Estava uma manha maravilhosa: o ar brilhante, a neve perfeita, as mocas belas e felizes ao sol, a velocidade inebriante. So isso, pensei, fazia com que tudo o que me acontecera desde aquela noite no Hotel St. Augustine quase valesse a pena. Havia apenas uma coisa chata. Um jovem americano, cheio de maquinas fotograficas, nao parava de tirar fotos de nos, subindo nos telefericos, ajustando os esquis, rindo, comecando a descer montanha abaixo.

– Voces conhecem aquele sujeito? – perguntei as mocas. Nao me parecia ser um dos rapazes que vira com elas no bar, na noite anterior.

– Nunca o vi mais gordo – disse Lily.

– Ele esta tirando fotos num tributo a nossa beleza – declarou Eunice. – A beleza de nos tres.

– Nao preciso de tributos a minha beleza – retruquei. A certa altura, quando Eunice caira e eu estava voltando para ajuda-la a colocar de novo os esquis, o homem apareceu e comecou a bater fotos de todos os angulos. O mais gentilmente possivel, perguntei:

– Ei, amigo, voce nao acha que ja tirou fotos demais?

– Nao, nunca sao demais – disse o homem. Era um rapaz magro e falador, metido em roupas velhas, e continuou a bater fotos e mais fotos. – La no jornal gostam de poder escolher.

– Jornal? – retruquei. – Que jornal?

– O Women's Wear Daily. Estou fazendo uma reportagem sobre Gstaad. Voces sao justamente o que preciso. Chiques e fotogenicos. Gente feliz, bem na moda e sem preocupacoes.

– Isso e o que voce pensa – respondi, sombrio. – Ha muitas outras pessoas aqui igualmente chiques e fotogenicas. Por que voce nao as fotografa? – Nao me agradava a ideia de ter a minha foto num jornal de Nova York com uma circulacao aproximada de cem mil exemplares.
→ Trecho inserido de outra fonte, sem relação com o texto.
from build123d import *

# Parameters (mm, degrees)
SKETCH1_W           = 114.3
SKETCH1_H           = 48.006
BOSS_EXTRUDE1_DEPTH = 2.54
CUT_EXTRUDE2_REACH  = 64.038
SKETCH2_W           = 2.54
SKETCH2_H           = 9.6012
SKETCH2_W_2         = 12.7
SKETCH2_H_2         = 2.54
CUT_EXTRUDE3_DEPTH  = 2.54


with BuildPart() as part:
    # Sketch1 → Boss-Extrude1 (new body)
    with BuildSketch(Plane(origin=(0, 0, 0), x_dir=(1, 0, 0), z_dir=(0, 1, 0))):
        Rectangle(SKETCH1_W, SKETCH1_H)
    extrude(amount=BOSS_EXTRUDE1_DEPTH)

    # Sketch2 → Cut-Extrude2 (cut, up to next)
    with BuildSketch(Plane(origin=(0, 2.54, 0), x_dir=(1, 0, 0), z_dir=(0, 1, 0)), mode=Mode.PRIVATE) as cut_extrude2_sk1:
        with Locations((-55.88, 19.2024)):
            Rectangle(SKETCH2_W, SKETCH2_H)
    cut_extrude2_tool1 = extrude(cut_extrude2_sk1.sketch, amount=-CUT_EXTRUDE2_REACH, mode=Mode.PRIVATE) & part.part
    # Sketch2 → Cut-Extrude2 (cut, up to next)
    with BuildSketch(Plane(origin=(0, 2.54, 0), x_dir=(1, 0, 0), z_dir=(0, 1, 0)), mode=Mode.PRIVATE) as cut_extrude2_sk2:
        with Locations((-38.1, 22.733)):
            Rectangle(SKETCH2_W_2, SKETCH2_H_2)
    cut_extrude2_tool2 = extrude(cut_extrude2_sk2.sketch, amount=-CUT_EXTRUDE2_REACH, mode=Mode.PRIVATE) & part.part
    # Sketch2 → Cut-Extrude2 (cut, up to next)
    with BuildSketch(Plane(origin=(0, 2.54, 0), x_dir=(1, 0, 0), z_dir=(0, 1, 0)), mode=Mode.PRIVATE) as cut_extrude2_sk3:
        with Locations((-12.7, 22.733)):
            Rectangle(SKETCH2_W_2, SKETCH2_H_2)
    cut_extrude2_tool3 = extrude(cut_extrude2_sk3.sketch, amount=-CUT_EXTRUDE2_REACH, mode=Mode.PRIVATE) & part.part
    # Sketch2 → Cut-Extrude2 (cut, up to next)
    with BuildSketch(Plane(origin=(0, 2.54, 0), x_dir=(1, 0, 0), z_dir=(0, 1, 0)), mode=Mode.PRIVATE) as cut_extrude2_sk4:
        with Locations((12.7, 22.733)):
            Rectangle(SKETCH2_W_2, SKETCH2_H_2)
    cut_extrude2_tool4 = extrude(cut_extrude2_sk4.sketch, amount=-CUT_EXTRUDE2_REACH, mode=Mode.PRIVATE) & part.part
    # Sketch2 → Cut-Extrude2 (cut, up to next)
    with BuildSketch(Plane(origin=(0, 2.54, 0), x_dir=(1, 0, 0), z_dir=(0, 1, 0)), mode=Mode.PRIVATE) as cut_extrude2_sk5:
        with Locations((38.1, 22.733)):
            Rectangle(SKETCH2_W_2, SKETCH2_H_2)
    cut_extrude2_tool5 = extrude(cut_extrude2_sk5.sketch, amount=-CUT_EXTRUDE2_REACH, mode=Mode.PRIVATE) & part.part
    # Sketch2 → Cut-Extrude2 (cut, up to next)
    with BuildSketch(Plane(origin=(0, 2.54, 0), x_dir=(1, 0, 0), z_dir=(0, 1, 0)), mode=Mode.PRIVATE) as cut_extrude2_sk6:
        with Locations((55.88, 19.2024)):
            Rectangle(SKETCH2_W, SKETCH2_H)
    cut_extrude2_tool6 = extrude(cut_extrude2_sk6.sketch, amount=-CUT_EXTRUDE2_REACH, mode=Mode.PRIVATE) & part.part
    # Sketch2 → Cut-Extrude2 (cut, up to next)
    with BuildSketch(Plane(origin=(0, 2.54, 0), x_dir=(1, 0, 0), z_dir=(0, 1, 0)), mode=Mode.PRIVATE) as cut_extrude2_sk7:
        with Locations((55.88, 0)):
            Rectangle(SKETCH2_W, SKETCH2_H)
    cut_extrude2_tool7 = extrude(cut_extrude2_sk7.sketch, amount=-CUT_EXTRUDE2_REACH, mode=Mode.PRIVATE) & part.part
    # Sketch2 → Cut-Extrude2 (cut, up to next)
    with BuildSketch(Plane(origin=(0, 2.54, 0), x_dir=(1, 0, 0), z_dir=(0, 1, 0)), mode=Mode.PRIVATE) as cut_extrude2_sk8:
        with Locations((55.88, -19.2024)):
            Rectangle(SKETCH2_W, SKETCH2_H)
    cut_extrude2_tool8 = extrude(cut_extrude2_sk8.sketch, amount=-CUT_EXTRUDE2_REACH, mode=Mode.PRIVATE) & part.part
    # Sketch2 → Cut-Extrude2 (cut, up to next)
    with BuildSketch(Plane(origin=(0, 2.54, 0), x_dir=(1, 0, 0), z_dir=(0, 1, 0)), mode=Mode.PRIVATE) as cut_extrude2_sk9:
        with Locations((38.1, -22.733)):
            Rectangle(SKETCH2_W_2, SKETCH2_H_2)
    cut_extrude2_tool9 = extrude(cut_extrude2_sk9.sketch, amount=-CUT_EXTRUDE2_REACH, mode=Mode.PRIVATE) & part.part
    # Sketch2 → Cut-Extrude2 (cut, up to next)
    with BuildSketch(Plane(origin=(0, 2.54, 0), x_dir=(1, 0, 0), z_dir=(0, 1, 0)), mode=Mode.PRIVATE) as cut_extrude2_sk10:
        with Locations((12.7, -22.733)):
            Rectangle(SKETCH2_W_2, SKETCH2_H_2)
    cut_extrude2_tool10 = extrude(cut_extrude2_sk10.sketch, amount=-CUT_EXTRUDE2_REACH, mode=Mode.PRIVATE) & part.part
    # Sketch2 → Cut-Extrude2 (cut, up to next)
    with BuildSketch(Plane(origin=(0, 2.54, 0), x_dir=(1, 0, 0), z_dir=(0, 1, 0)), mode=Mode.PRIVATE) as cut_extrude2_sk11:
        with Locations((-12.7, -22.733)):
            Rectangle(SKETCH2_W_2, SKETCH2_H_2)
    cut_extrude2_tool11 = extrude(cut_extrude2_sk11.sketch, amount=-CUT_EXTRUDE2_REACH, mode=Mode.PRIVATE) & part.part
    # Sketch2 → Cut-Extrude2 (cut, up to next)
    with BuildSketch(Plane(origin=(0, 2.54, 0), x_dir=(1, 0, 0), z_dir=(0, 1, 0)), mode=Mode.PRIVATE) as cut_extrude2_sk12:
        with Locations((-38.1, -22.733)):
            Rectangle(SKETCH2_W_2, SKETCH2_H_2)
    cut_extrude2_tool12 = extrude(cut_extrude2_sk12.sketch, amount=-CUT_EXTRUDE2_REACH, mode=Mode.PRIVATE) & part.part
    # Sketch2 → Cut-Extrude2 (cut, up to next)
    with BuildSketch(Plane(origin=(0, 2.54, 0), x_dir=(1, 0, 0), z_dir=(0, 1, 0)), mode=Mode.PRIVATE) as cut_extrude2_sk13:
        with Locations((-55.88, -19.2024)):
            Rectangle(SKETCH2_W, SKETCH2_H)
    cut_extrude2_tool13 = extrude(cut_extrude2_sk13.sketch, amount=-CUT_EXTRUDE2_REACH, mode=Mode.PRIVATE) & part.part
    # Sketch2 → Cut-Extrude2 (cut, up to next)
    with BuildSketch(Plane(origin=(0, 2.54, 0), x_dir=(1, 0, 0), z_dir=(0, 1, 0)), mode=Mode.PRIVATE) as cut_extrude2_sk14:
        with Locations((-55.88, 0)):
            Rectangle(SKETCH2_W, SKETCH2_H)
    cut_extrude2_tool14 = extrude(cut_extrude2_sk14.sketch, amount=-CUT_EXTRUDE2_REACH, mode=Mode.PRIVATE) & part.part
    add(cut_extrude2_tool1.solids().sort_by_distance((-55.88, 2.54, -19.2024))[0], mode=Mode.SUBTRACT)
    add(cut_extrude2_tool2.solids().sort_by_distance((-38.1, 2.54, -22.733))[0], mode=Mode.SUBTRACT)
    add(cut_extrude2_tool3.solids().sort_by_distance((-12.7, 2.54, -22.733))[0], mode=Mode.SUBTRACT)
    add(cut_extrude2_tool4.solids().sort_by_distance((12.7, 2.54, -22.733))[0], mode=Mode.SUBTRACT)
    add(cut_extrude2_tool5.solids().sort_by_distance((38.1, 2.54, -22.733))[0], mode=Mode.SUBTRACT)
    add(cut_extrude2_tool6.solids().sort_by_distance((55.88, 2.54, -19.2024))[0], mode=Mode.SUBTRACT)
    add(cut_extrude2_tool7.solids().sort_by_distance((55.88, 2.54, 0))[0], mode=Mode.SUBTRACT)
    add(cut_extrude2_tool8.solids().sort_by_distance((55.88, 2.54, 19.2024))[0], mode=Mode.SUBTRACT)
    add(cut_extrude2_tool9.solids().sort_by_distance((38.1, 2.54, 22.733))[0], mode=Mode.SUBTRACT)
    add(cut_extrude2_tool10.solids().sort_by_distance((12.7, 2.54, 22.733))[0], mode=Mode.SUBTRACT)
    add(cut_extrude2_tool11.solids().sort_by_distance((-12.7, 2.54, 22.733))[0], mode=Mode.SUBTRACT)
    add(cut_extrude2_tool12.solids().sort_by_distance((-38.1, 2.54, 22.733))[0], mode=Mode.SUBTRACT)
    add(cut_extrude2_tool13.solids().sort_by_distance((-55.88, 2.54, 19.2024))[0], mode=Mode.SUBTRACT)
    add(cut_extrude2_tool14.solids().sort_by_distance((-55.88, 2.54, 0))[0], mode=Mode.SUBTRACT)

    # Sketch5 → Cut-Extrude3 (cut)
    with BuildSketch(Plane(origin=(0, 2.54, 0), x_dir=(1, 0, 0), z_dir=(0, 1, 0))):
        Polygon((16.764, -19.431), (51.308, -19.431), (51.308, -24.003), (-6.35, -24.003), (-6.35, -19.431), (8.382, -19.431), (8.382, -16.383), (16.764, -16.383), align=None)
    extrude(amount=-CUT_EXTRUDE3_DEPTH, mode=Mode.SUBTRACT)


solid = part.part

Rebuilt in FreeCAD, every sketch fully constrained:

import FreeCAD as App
import Part
import Sketcher

V = App.Vector
Q = App.Units.Quantity

doc = App.newDocument("Part")
params = doc.addObject("Spreadsheet::Sheet", "Params")
for row, (alias, value) in enumerate([
    ("sketch1_width", "4.5 in"),
    ("sketch1_height", "1.89 in"),
    ("pad1_length", "0.1 in"),
    ("sketch2_width", "0.1 in"),
    ("sketch2_height", "0.378 in"),
    ("sketch3_width", "0.5 in"),
    ("sketch3_height", "0.1 in"),
    ("sketch4_width", "0.5 in"),
    ("sketch4_height", "0.1 in"),
    ("sketch5_width", "0.5 in"),
    ("sketch5_height", "0.1 in"),
    ("sketch6_width", "0.5 in"),
    ("sketch6_height", "0.1 in"),
    ("sketch7_width", "0.1 in"),
    ("sketch7_height", "0.378 in"),
    ("sketch8_width", "0.1 in"),
    ("sketch8_height", "0.378 in"),
    ("sketch9_width", "0.1 in"),
    ("sketch9_height", "0.378 in"),
    ("sketch10_width", "0.5 in"),
    ("sketch10_height", "0.1 in"),
    ("sketch11_width", "0.5 in"),
    ("sketch11_height", "0.1 in"),
    ("sketch12_width", "0.5 in"),
    ("sketch12_height", "0.1 in"),
    ("sketch13_width", "0.5 in"),
    ("sketch13_height", "0.1 in"),
    ("sketch14_width", "0.1 in"),
    ("sketch14_height", "0.378 in"),
    ("sketch15_width", "0.1 in"),
    ("sketch15_height", "0.378 in"),
    ("sketch16_width", "1.36 in"),
    ("sketch16_width2", "0.33 in"),
    ("sketch16_width3", "0.58 in"),
    ("sketch16_height", "0.12 in"),
    ("sketch16_height2", "0.18 in"),
    ("pocket15_length", "0.1 in"),
], start=1):
    params.set(f"A{row}", alias)
    params.set(f"B{row}", "=" + value)
    params.setAlias(f"B{row}", alias)

body = doc.addObject("PartDesign::Body", "Body")

# Sketch on XZ plane
sketch1 = body.newObject("Sketcher::SketchObject", "Sketch")
sketch1.AttachmentSupport = (doc.getObject("XZ_Plane"), [""])
sketch1.MapMode = "FlatFace"
sketch1.addGeometry(Part.LineSegment(V(-57, -24, 0), V(-57, 24, 0)), False)
sketch1.addGeometry(Part.LineSegment(V(-57, 24, 0), V(57, 24, 0)), False)
sketch1.addGeometry(Part.LineSegment(V(57, 24, 0), V(57, -24, 0)), False)
sketch1.addGeometry(Part.LineSegment(V(57, -24, 0), V(-57, -24, 0)), False)
sketch1.addConstraint(Sketcher.Constraint("Coincident", 0, 2, 1, 1))
sketch1.addConstraint(Sketcher.Constraint("Coincident", 1, 2, 2, 1))
sketch1.addConstraint(Sketcher.Constraint("Coincident", 2, 2, 3, 1))
sketch1.addConstraint(Sketcher.Constraint("Coincident", 3, 2, 0, 1))
sketch1.addConstraint(Sketcher.Constraint("Vertical", 0))
sketch1.addConstraint(Sketcher.Constraint("Horizontal", 1))
sketch1.addConstraint(Sketcher.Constraint("Vertical", 2))
sketch1.addConstraint(Sketcher.Constraint("Horizontal", 3))
sketch1.addConstraint(Sketcher.Constraint("Symmetric", 0, 2, 2, 2, -1, 1))
sketch1.addConstraint(Sketcher.Constraint("DistanceX", 1, 1, 1, 2, Q("4.5 in")))
sketch1.addConstraint(Sketcher.Constraint("DistanceY", 0, 1, 0, 2, Q("1.89 in")))
sketch1.setExpression("Constraints[9]", "Params.sketch1_width")
sketch1.setExpression("Constraints[10]", "Params.sketch1_height")
pad1 = body.newObject("PartDesign::Pad", "Pad")
pad1.Profile = sketch1
pad1.setExpression("Length", "Params.pad1_length")
pad1.Reversed = True

# Sketch on XZ plane
sketch2 = body.newObject("Sketcher::SketchObject", "Sketch001")
sketch2.AttachmentSupport = (doc.getObject("XZ_Plane"), [""])
sketch2.MapMode = "FlatFace"
sketch2.AttachmentOffset = App.Placement(V(0, 0, -0.1 * 25.4), App.Rotation())
sketch2.addGeometry(Part.LineSegment(V(-57.1, -24, 0), V(-57.1, -14.4, 0)), False)
sketch2.addGeometry(Part.LineSegment(V(-57.1, -14.4, 0), V(-54.6, -14.4, 0)), False)
sketch2.addGeometry(Part.LineSegment(V(-54.6, -14.4, 0), V(-54.6, -24, 0)), False)
sketch2.addGeometry(Part.LineSegment(V(-54.6, -24, 0), V(-57.1, -24, 0)), False)
sketch2.addConstraint(Sketcher.Constraint("Coincident", 0, 2, 1, 1))
sketch2.addConstraint(Sketcher.Constraint("Coincident", 1, 2, 2, 1))
sketch2.addConstraint(Sketcher.Constraint("Coincident", 2, 2, 3, 1))
sketch2.addConstraint(Sketcher.Constraint("Coincident", 3, 2, 0, 1))
sketch2.addConstraint(Sketcher.Constraint("Vertical", 0))
sketch2.addConstraint(Sketcher.Constraint("Horizontal", 1))
sketch2.addConstraint(Sketcher.Constraint("Vertical", 2))
sketch2.addConstraint(Sketcher.Constraint("Horizontal", 3))
sketch2.addConstraint(Sketcher.Constraint("DistanceX", 1, 1, 1, 2, Q("0.1 in")))
sketch2.addConstraint(Sketcher.Constraint("DistanceY", 0, 1, 0, 2, Q("0.378 in")))
sketch2.addConstraint(Sketcher.Constraint("DistanceX", 0, 2, -1, 1, Q("2.25 in")))
sketch2.addConstraint(Sketcher.Constraint("DistanceY", 0, 2, -1, 1, Q("0.567 in")))
sketch2.setExpression("Constraints[8]", "Params.sketch2_width")
sketch2.setExpression("Constraints[9]", "Params.sketch2_height")
pocket1 = body.newObject("PartDesign::Pocket", "Pocket")
pocket1.Profile = sketch2
pocket1.Type = "UpToFirst"
pocket1.Reversed = True

# Sketch on XZ plane
sketch3 = body.newObject("Sketcher::SketchObject", "Sketch002")
sketch3.AttachmentSupport = (doc.getObject("XZ_Plane"), [""])
sketch3.MapMode = "FlatFace"
sketch3.AttachmentOffset = App.Placement(V(0, 0, -0.1 * 25.4), App.Rotation())
sketch3.addGeometry(Part.LineSegment(V(-44.5, -24, 0), V(-44.5, -21.5, 0)), False)
sketch3.addGeometry(Part.LineSegment(V(-44.5, -21.5, 0), V(-31.8, -21.5, 0)), False)
sketch3.addGeometry(Part.LineSegment(V(-31.8, -21.5, 0), V(-31.8, -24, 0)), False)
sketch3.addGeometry(Part.LineSegment(V(-31.8, -24, 0), V(-44.5, -24, 0)), False)
sketch3.addConstraint(Sketcher.Constraint("Coincident", 0, 2, 1, 1))
sketch3.addConstraint(Sketcher.Constraint("Coincident", 1, 2, 2, 1))
sketch3.addConstraint(Sketcher.Constraint("Coincident", 2, 2, 3, 1))
sketch3.addConstraint(Sketcher.Constraint("Coincident", 3, 2, 0, 1))
sketch3.addConstraint(Sketcher.Constraint("Vertical", 0))
sketch3.addConstraint(Sketcher.Constraint("Horizontal", 1))
sketch3.addConstraint(Sketcher.Constraint("Vertical", 2))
Quem podia saber o que os dois homens que tinham visitado Drusack liam todas as manhas?

– Se as senhoras objetarem – disse o homem, educadamente -, naturalmente a gente nao tira mais fotos.

– Nao objetamos – respondeu Lily – desde que nos mandem provas. Adoro fotos de mim mesma… desde que me facam justica, e claro!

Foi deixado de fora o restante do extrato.